Read the last lines of ‘In the Company of Cheerful Ladies’. It’s one of that African series by that Scottish writer. What’s his name? Alexander McCall Smith. Quite an impressive name, isn’t it, when you say it out loud, though I may have got it wrong. Yes, the last paragraph.  I’d lend it to you if I could find it.  It’s on one of my shelves somewhere. How many of those Botswana books are there?  Six?  Or is it seven?  I really must gather them up and put them together on the same shelf.  I’ll do it sometime.  Yes, that is what I will do.  I really will. How those books show what the point is!  I wish those actors could have read them.  Yes, look it up.  It’s worth the trouble. 

That is the point.

Back to films, then.  And back to school days in Waterbury.  In the winter on Saturdays rugby was cancelled when the weather was really bad.
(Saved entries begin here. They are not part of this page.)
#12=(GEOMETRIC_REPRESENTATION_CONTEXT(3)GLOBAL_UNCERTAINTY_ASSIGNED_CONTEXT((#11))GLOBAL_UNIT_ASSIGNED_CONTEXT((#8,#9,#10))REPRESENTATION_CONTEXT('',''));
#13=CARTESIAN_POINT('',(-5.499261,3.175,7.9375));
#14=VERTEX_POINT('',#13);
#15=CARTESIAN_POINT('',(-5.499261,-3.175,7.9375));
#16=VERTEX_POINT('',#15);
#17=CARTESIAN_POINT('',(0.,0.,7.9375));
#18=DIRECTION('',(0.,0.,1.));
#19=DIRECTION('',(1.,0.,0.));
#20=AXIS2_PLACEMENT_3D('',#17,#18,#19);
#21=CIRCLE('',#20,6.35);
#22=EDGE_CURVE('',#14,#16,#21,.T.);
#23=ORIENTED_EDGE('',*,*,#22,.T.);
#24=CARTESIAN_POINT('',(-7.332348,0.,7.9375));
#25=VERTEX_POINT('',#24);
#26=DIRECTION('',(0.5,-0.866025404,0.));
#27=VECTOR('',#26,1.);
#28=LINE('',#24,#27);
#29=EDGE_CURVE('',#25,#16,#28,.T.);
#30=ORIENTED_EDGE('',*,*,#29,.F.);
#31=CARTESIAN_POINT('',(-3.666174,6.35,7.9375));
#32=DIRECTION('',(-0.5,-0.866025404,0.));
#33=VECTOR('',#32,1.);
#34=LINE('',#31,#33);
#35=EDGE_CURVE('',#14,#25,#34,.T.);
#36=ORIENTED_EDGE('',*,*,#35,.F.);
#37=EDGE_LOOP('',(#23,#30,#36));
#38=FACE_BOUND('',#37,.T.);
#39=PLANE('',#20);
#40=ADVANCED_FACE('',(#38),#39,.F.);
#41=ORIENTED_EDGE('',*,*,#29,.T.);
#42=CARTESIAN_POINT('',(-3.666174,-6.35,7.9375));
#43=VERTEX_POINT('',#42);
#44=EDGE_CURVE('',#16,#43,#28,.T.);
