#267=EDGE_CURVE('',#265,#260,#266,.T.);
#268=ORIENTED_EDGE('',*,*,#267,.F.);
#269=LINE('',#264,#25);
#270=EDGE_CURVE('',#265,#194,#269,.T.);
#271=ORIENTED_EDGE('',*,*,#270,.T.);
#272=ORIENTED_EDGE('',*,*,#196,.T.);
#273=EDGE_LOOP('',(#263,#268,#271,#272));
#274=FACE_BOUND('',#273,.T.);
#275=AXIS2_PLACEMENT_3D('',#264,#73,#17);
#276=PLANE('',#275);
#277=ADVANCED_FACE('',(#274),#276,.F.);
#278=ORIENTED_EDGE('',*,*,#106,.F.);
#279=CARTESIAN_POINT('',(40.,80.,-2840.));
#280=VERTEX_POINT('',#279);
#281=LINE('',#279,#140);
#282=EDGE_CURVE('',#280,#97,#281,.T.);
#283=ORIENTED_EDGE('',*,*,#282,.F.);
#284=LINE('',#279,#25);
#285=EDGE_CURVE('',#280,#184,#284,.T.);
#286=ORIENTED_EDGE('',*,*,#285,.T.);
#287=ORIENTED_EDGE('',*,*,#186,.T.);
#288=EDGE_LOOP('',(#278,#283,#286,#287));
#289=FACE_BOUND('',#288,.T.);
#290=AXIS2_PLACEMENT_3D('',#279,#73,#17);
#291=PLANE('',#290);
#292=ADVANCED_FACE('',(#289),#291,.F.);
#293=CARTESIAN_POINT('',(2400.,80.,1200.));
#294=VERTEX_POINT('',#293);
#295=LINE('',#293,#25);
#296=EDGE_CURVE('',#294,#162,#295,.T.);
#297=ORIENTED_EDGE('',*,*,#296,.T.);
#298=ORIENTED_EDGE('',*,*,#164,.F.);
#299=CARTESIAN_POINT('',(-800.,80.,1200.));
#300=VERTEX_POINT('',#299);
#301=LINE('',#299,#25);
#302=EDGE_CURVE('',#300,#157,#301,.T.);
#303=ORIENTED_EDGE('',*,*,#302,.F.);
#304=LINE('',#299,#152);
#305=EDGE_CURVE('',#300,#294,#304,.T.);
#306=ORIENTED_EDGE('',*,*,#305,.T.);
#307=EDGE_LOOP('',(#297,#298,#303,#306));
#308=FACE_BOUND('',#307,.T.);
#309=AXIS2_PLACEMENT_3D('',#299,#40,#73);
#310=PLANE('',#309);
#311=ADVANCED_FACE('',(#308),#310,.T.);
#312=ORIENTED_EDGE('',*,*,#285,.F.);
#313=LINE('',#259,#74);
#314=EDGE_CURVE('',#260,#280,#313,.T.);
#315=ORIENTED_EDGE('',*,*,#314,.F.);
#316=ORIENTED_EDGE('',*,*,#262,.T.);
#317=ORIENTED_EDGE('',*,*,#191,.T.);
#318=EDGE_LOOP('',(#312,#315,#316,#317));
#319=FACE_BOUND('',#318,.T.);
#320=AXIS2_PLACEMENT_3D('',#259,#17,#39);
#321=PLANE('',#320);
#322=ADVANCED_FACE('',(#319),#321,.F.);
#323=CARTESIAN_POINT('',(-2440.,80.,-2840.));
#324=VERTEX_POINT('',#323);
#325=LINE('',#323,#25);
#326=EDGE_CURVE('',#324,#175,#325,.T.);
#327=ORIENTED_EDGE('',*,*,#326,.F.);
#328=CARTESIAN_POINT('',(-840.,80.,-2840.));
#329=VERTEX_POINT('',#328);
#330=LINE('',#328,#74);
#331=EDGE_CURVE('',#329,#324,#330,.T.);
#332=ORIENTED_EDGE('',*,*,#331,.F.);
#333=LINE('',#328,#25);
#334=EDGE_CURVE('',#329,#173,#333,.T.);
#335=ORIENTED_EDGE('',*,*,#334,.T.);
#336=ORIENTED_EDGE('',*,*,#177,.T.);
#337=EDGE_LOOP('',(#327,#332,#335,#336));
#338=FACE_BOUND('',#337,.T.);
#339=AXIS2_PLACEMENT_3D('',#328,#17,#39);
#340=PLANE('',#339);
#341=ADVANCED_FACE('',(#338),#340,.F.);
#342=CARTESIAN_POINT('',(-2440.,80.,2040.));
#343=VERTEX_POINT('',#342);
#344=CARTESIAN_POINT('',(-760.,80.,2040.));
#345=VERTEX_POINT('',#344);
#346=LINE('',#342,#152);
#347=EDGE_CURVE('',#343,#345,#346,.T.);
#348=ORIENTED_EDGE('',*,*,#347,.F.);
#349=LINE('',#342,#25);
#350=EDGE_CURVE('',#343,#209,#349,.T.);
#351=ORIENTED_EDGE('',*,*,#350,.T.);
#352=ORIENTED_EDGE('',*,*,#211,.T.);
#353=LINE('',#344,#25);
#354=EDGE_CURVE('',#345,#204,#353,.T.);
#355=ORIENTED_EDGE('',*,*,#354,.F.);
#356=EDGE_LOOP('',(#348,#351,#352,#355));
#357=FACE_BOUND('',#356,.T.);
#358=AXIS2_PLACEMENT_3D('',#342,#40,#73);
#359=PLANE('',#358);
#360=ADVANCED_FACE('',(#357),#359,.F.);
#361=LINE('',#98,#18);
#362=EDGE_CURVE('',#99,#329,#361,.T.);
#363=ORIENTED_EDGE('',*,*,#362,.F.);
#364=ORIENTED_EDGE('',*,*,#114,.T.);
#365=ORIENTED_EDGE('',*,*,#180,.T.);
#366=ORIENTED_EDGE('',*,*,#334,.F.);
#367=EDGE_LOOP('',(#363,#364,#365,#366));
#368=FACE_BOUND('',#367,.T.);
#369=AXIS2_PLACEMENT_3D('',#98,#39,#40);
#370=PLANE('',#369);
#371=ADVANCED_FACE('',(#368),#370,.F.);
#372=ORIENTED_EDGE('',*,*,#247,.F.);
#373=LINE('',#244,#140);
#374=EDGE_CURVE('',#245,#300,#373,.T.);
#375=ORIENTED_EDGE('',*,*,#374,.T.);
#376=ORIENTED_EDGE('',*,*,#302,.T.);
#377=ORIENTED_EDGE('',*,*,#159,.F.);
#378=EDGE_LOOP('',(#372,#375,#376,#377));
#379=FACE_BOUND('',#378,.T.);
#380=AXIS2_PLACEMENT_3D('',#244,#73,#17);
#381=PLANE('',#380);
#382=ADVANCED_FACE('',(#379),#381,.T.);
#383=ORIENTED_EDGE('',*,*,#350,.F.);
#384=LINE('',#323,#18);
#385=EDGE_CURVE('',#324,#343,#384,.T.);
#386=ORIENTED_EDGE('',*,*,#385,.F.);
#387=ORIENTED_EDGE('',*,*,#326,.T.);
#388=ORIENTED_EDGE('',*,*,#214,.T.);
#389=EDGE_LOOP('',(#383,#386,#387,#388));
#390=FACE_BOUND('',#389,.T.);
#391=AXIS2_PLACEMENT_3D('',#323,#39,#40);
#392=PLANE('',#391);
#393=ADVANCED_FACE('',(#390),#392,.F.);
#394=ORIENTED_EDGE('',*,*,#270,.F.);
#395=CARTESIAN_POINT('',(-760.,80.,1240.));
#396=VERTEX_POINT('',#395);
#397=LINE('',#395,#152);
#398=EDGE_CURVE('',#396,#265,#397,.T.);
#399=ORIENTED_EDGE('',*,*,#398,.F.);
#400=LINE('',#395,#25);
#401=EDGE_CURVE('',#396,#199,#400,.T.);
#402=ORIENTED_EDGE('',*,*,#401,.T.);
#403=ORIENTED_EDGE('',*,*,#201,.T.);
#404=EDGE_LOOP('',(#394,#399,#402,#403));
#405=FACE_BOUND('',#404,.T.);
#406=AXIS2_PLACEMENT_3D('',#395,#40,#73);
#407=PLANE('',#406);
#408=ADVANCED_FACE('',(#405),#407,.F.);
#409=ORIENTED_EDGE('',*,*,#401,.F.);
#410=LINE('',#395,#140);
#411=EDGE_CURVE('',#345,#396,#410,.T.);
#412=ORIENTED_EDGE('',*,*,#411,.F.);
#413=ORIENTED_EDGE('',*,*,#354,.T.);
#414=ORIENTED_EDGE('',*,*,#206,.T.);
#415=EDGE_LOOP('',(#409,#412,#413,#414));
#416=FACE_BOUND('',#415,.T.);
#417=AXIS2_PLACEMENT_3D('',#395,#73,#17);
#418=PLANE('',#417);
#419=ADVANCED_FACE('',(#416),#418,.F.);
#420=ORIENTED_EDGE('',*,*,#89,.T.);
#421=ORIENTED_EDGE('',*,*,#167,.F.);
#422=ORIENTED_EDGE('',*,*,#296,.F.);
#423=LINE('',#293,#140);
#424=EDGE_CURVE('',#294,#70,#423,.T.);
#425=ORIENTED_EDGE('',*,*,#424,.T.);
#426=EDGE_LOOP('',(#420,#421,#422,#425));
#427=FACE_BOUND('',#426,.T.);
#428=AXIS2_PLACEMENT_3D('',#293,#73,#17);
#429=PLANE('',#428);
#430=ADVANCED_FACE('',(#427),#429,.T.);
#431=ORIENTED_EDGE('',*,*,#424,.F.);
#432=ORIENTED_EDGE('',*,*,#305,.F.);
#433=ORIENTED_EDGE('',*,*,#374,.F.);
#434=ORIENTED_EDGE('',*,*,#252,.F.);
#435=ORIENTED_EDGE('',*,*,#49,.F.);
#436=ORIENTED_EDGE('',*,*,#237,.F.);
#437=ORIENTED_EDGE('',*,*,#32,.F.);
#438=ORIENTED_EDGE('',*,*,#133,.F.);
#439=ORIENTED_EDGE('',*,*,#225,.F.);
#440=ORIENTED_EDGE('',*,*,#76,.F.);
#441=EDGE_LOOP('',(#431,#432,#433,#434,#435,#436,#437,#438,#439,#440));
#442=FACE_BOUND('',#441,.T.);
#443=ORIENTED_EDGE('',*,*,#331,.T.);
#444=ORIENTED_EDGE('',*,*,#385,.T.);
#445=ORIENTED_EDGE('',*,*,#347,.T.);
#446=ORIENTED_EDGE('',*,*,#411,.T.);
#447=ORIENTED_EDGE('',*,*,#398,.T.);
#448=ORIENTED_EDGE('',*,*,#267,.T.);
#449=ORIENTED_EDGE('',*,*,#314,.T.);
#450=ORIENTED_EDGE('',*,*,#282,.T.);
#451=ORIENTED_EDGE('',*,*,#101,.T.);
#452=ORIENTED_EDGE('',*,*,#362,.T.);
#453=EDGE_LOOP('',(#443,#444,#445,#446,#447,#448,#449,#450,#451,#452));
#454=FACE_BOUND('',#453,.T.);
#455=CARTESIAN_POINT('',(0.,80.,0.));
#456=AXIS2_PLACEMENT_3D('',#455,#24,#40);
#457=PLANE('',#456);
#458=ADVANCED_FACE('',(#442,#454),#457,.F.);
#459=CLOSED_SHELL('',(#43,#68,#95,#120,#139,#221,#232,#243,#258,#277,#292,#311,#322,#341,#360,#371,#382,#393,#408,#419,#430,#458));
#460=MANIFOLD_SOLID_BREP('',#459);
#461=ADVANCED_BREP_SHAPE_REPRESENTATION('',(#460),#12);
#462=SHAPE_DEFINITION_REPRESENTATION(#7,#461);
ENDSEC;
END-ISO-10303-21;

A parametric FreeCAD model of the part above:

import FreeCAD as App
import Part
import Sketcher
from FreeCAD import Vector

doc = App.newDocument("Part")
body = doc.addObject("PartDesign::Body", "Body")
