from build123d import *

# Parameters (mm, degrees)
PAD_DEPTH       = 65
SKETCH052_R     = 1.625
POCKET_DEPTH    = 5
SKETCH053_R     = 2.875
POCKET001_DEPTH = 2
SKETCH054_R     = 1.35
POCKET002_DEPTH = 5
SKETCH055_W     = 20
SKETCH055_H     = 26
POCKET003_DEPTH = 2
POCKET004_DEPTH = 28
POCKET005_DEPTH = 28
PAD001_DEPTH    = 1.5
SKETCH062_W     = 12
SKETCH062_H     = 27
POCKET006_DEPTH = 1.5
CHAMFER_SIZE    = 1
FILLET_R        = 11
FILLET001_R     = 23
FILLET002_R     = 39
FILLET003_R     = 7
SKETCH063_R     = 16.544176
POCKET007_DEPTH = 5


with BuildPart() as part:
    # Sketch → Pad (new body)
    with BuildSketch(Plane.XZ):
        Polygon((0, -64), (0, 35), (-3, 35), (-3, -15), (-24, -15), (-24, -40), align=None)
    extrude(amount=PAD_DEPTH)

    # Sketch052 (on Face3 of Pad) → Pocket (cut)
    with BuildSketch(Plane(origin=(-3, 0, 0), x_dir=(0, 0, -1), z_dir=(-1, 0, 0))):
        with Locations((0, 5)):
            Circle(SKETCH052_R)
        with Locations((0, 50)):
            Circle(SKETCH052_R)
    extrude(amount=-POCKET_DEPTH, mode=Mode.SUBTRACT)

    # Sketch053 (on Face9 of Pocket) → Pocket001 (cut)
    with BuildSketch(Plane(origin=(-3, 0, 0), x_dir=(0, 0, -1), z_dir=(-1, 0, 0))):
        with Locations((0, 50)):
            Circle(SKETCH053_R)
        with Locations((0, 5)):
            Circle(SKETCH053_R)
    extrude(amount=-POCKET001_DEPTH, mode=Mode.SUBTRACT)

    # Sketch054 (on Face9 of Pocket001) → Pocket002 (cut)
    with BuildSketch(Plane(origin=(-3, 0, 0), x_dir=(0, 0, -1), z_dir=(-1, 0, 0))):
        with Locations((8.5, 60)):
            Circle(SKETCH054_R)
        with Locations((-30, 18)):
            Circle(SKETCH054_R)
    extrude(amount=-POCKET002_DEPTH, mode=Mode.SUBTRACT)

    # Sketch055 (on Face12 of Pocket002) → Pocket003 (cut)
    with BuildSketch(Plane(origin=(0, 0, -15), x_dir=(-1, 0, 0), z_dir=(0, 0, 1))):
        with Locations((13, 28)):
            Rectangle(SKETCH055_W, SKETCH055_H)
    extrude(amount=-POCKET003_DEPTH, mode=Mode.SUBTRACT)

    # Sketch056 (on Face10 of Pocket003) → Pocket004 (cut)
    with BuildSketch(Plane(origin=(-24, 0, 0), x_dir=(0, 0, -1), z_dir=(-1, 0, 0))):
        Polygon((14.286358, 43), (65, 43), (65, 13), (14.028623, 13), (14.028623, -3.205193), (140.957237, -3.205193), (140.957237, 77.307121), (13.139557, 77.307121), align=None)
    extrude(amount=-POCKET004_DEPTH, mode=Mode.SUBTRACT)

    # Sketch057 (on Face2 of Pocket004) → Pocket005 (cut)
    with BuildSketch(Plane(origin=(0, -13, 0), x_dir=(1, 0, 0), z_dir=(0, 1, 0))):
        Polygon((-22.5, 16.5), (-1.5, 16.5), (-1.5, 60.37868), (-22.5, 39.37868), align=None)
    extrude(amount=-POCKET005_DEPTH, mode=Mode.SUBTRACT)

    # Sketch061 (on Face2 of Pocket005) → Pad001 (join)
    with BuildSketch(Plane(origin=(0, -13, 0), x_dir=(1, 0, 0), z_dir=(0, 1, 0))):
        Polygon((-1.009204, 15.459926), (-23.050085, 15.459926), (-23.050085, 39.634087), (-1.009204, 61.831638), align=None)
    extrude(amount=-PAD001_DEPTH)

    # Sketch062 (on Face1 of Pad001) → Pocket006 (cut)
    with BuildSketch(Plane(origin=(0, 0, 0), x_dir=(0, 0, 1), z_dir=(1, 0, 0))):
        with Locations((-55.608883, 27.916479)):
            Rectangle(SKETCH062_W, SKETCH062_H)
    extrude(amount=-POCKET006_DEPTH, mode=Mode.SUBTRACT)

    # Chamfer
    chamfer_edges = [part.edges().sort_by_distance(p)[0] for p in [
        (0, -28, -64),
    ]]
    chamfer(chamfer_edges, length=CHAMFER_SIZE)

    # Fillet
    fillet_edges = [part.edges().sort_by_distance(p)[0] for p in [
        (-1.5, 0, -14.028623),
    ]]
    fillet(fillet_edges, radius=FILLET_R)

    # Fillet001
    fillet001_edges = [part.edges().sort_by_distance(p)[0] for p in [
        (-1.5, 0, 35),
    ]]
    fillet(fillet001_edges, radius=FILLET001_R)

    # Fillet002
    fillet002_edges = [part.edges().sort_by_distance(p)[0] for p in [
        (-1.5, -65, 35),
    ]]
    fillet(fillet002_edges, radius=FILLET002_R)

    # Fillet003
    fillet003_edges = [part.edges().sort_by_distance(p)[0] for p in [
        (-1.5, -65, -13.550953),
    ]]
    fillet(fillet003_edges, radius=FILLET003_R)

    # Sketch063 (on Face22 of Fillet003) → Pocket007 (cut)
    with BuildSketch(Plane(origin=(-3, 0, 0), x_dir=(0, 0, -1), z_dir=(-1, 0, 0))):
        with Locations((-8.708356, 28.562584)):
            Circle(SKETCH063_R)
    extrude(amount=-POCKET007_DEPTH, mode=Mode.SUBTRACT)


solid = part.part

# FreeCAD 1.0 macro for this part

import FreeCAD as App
import Part
import Sketcher
Q = App.Units.Quantity


def edges_at(feature, points):
    """Names of the edges that pass closest to the given points."""
    edges = feature.Shape.Edges
    near = lambda p: min(range(len(edges)), key=lambda i: edges[i].distToShape(Part.Vertex(*p))[0])
    return sorted({f"Edge{near(p) + 1}" for p in points})


def add_polygon(sketch, points):
    """Adds a closed chain of lines whose ends are joined by coincident constraints."""
    first, n = sketch.GeometryCount, len(points)
    for a, b in zip(points, points[1:] + points[:1]):
        sketch.addGeometry(Part.LineSegment(App.Vector(*a, 0), App.Vector(*b, 0)), False)
    for i in range(n):
        sketch.addConstraint(Sketcher.Constraint("Coincident", first + i, 2, first + (i + 1) % n, 1))

doc = App.newDocument("Part")
params = doc.addObject("Spreadsheet::Sheet", "Params")
for row, (alias, value) in enumerate([
    ("sketch1_width", "3 mm"),
    ("sketch1_width2", "21 mm"),
    ("sketch1_height", "99 mm"),
    ("sketch1_height2", "50 mm"),
    ("sketch1_height3", "25 mm"),
    ("pad1_length", "65 mm"),
    ("sketch2_diameter", "3.25 mm"),
    ("pocket1_length", "5 mm"),
    ("sketch3_diameter", "5.75 mm"),
    ("pocket2_length", "2 mm"),
    ("sketch4_diameter", "2.7 mm"),
    ("pocket3_length", "5 mm"),
    ("sketch5_width", "20 mm"),
    ("sketch5_height", "26 mm"),
    ("pocket4_length", "2 mm"),
    ("sketch6_width", "30 mm"),
    ("pocket5_length", "28 mm"),
    ("sketch7_width", "21 mm"),
    ("pocket6_length", "28 mm"),
    ("pad2_length", "1.5 mm"),
    ("sketch9_width", "27 mm"),
    ("sketch9_height", "12 mm"),
    ("pocket7_length", "1.5 mm"),
    ("chamfer_size", "1 mm"),
    ("fillet_radius", "11 mm"),
    ("fillet2_radius", "23 mm"),
    ("fillet3_radius", "39 mm"),
    ("fillet4_radius", "7 mm"),
    ("pocket8_length", "5 mm"),
], start=1):
    params.set(f"A{row}", alias)
    params.set(f"B{row}", "=" + value)
    params.setAlias(f"B{row}", alias)

body = doc.addObject("PartDesign::Body", "Body")

# Sketch on XZ plane
sketch1 = doc.addObject("Sketcher::SketchObject", "Sketch")
body.addObject(sketch1)
sketch1.AttachmentSupport = (doc.XZ_Plane, [""])
sketch1.MapMode = "FlatFace"
add_polygon(sketch1, [(0, -64), (0, 35), (-3, 35), (-3, -15), (-24, -15), (-24, -40)])  # lines 0-5
sketch1.addConstraint([
    Sketcher.Constraint("Vertical", 0),
    Sketcher.Constraint("Horizontal", 1),
    Sketcher.Constraint("Vertical", 2),
    Sketcher.Constraint("Horizontal", 3),
    Sketcher.Constraint("Vertical", 4),
    Sketcher.Constraint("PointOnObject", 0, 2, -2),
    Sketcher.Constraint("DistanceX", 1, 2, 1, 1, 3.0),
    Sketcher.Constraint("DistanceX", 3, 2, 3, 1, 21.0),
    Sketcher.Constraint("DistanceY", 0, 1, 0, 2, 99.0),
    Sketcher.Constraint("DistanceY", 2, 2, 2, 1, 50.0),
    Sketcher.Constraint("DistanceY", 4, 2, 4, 1, 25.0),
    Sketcher.Constraint("DistanceY", -1, 1, 0, 2, 35.0),
])
sketch1.setExpression("Constraints[12]", "Params.sketch1_width")
sketch1.setExpression("Constraints[13]", "Params.sketch1_width2")
sketch1.setExpression("Constraints[14]", "Params.sketch1_height")
sketch1.setExpression("Constraints[15]", "Params.sketch1_height2")
sketch1.setExpression("Constraints[16]", "Params.sketch1_height3")
pad1 = doc.addObject("PartDesign::Pad", "Pad")
body.addObject(pad1)
pad1.Profile = sketch1
pad1.setExpression("Length", "Params.pad1_length")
And it had to be very bad because I remember playing in snow, and cold it was out on the wing when the forwards had all the game to themselves and the ball hardly ever came out to the backs. Snow was unusual though but playing in the driving rain was normal.  When rugby was called off, a run was planned and if that too was cancelled then the cinema was considered.  Everything depended on whether the film was considered suitable. Then came the wait. Will we be allowed to go or not? What sort of film are they showing?  And then the word went round that we could go.  Marvellous! We walked down to the Odeon in pairs in our navy macks and we filled the balcony.  Heaven on earth!  Those moments when we were out of the institution, in normal life, on an equal footing with everyone else in the world, were paradise.  They were very few but the cinema on the rare Saturday afternoon, when rugby was cancelled, and even a cross-country run was impossible, was one of them.
I must be getting my affairs in order.  Well, you never know and I don’t want to give a lot of work to whoever has to clear up.  Who will that be?  It may well be Anne.  I don’t want to give her work, but I hope that she is the one who does it.  She won’t just throw things willy nilly into a sack for the dustman to collect.  She will take care of my old books even if she never reads them. I must get things straight ‘in case I miscarry’ as Samuel Pepys said when he was doing much the same thing though much younger then than I am now, making preparations.
I’m not talking about my will.   I did that a few years ago though it took me some time to get round to it, I must admit.  It’s not the most agreeable thing to do, is it! No it’s my books and gardening tools and photos and old letters. I can’t throw them out because they mean something to me.  But they mean nothing to anyone else, and I don’t want to leave a lot of worry for whoever has to go through it all.  I have a lot of things to tidy up, and I must tackle it in a practical way.  I’ll start tomorrow.  I’ll get up at seven and be at it by eight.  Good.  That’s that then!